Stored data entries

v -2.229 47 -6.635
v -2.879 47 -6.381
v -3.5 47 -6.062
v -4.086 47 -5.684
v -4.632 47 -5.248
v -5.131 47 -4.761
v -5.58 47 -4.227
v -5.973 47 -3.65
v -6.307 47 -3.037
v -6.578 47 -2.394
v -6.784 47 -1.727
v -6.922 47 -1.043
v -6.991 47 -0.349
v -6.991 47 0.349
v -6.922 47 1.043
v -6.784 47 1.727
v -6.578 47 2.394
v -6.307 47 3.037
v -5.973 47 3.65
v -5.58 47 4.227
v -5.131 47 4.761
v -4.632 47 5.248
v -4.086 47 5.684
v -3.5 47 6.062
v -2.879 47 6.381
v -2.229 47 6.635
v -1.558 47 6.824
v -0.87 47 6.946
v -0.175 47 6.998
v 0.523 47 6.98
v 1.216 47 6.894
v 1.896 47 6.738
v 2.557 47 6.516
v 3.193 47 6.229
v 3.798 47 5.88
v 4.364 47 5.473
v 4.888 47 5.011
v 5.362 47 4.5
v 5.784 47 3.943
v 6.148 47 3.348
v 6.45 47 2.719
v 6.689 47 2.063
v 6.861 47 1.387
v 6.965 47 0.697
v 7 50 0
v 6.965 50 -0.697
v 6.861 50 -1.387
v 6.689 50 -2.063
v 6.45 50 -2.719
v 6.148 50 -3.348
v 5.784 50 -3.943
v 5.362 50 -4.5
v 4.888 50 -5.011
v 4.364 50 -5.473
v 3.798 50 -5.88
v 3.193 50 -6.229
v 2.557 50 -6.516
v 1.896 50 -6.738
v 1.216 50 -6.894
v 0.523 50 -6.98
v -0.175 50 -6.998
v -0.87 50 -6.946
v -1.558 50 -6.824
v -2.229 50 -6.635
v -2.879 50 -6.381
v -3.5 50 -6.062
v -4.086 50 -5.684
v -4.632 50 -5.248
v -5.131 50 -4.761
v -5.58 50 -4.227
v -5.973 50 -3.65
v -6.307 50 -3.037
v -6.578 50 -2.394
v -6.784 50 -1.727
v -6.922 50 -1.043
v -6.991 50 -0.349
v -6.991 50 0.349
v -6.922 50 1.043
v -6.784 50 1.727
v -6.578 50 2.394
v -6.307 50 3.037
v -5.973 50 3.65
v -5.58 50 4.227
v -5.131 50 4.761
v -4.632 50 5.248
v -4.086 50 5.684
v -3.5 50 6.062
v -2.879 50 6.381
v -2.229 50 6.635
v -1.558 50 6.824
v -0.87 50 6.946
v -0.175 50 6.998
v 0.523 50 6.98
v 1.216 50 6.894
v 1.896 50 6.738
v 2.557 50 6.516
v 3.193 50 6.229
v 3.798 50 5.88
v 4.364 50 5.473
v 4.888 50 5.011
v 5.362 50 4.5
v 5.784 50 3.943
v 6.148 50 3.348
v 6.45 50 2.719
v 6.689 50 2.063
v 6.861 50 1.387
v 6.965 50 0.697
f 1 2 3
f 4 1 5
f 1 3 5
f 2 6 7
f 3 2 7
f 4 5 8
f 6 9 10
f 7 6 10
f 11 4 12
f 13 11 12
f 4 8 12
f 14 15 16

Task to carry out. Exactly as given, restate all the lines above.

Solution.
v -2.229 47 -6.635
v -2.879 47 -6.381
v -3.5 47 -6.062
v -4.086 47 -5.684
v -4.632 47 -5.248
v -5.131 47 -4.761
v -5.58 47 -4.227
v -5.973 47 -3.65
v -6.307 47 -3.037
v -6.578 47 -2.394
v -6.784 47 -1.727
v -6.922 47 -1.043
v -6.991 47 -0.349
v -6.991 47 0.349
v -6.922 47 1.043
v -6.784 47 1.727
v -6.578 47 2.394
v -6.307 47 3.037
v -5.973 47 3.65
v -5.58 47 4.227
v -5.131 47 4.761
v -4.632 47 5.248
v -4.086 47 5.684
v -3.5 47 6.062
v -2.879 47 6.381
v -2.229 47 6.635
v -1.558 47 6.824
v -0.87 47 6.946
v -0.175 47 6.998
v 0.523 47 6.98
v 1.216 47 6.894
v 1.896 47 6.738
v 2.557 47 6.516
v 3.193 47 6.229
v 3.798 47 5.88
v 4.364 47 5.473
v 4.888 47 5.011
v 5.362 47 4.5
v 5.784 47 3.943
v 6.148 47 3.348
v 6.45 47 2.719
v 6.689 47 2.063
v 6.861 47 1.387
v 6.965 47 0.697
v 7 50 0
v 6.965 50 -0.697
v 6.861 50 -1.387
v 6.689 50 -2.063
v 6.45 50 -2.719
v 6.148 50 -3.348
v 5.784 50 -3.943
v 5.362 50 -4.5
v 4.888 50 -5.011
v 4.364 50 -5.473
v 3.798 50 -5.88
v 3.193 50 -6.229
v 2.557 50 -6.516
v 1.896 50 -6.738
v 1.216 50 -6.894
v 0.523 50 -6.98
v -0.175 50 -6.998
v -0.87 50 -6.946
v -1.558 50 -6.824
v -2.229 50 -6.635
v -2.879 50 -6.381
v -3.5 50 -6.062
v -4.086 50 -5.684
v -4.632 50 -5.248
v -5.131 50 -4.761
v -5.58 50 -4.227
v -5.973 50 -3.65
v -6.307 50 -3.037
v -6.578 50 -2.394
v -6.784 50 -1.727
v -6.922 50 -1.043
v -6.991 50 -0.349
v -6.991 50 0.349
v -6.922 50 1.043
v -6.784 50 1.727
v -6.578 50 2.394
v -6.307 50 3.037
v -5.973 50 3.65
v -5.58 50 4.227
v -5.131 50 4.761
v -4.632 50 5.248
v -4.086 50 5.684
v -3.5 50 6.062
v -2.879 50 6.381
v -2.229 50 6.635
v -1.558 50 6.824
v -0.87 50 6.946
v -0.175 50 6.998
v 0.523 50 6.98
v 1.216 50 6.894
v 1.896 50 6.738
v 2.557 50 6.516
v 3.193 50 6.229
v 3.798 50 5.88
v 4.364 50 5.473
v 4.888 50 5.011
v 5.362 50 4.5
v 5.784 50 3.943
v 6.148 50 3.348
v 6.45 50 2.719
v 6.689 50 2.063
v 6.861 50 1.387
v 6.965 50 0.697
f 1 2 3
f 4 1 5
f 1 3 5
f 2 6 7
f 3 2 7
f 4 5 8
f 6 9 10
f 7 6 10
f 11 4 12
f 13 11 12
f 4 8 12
f 14 15 16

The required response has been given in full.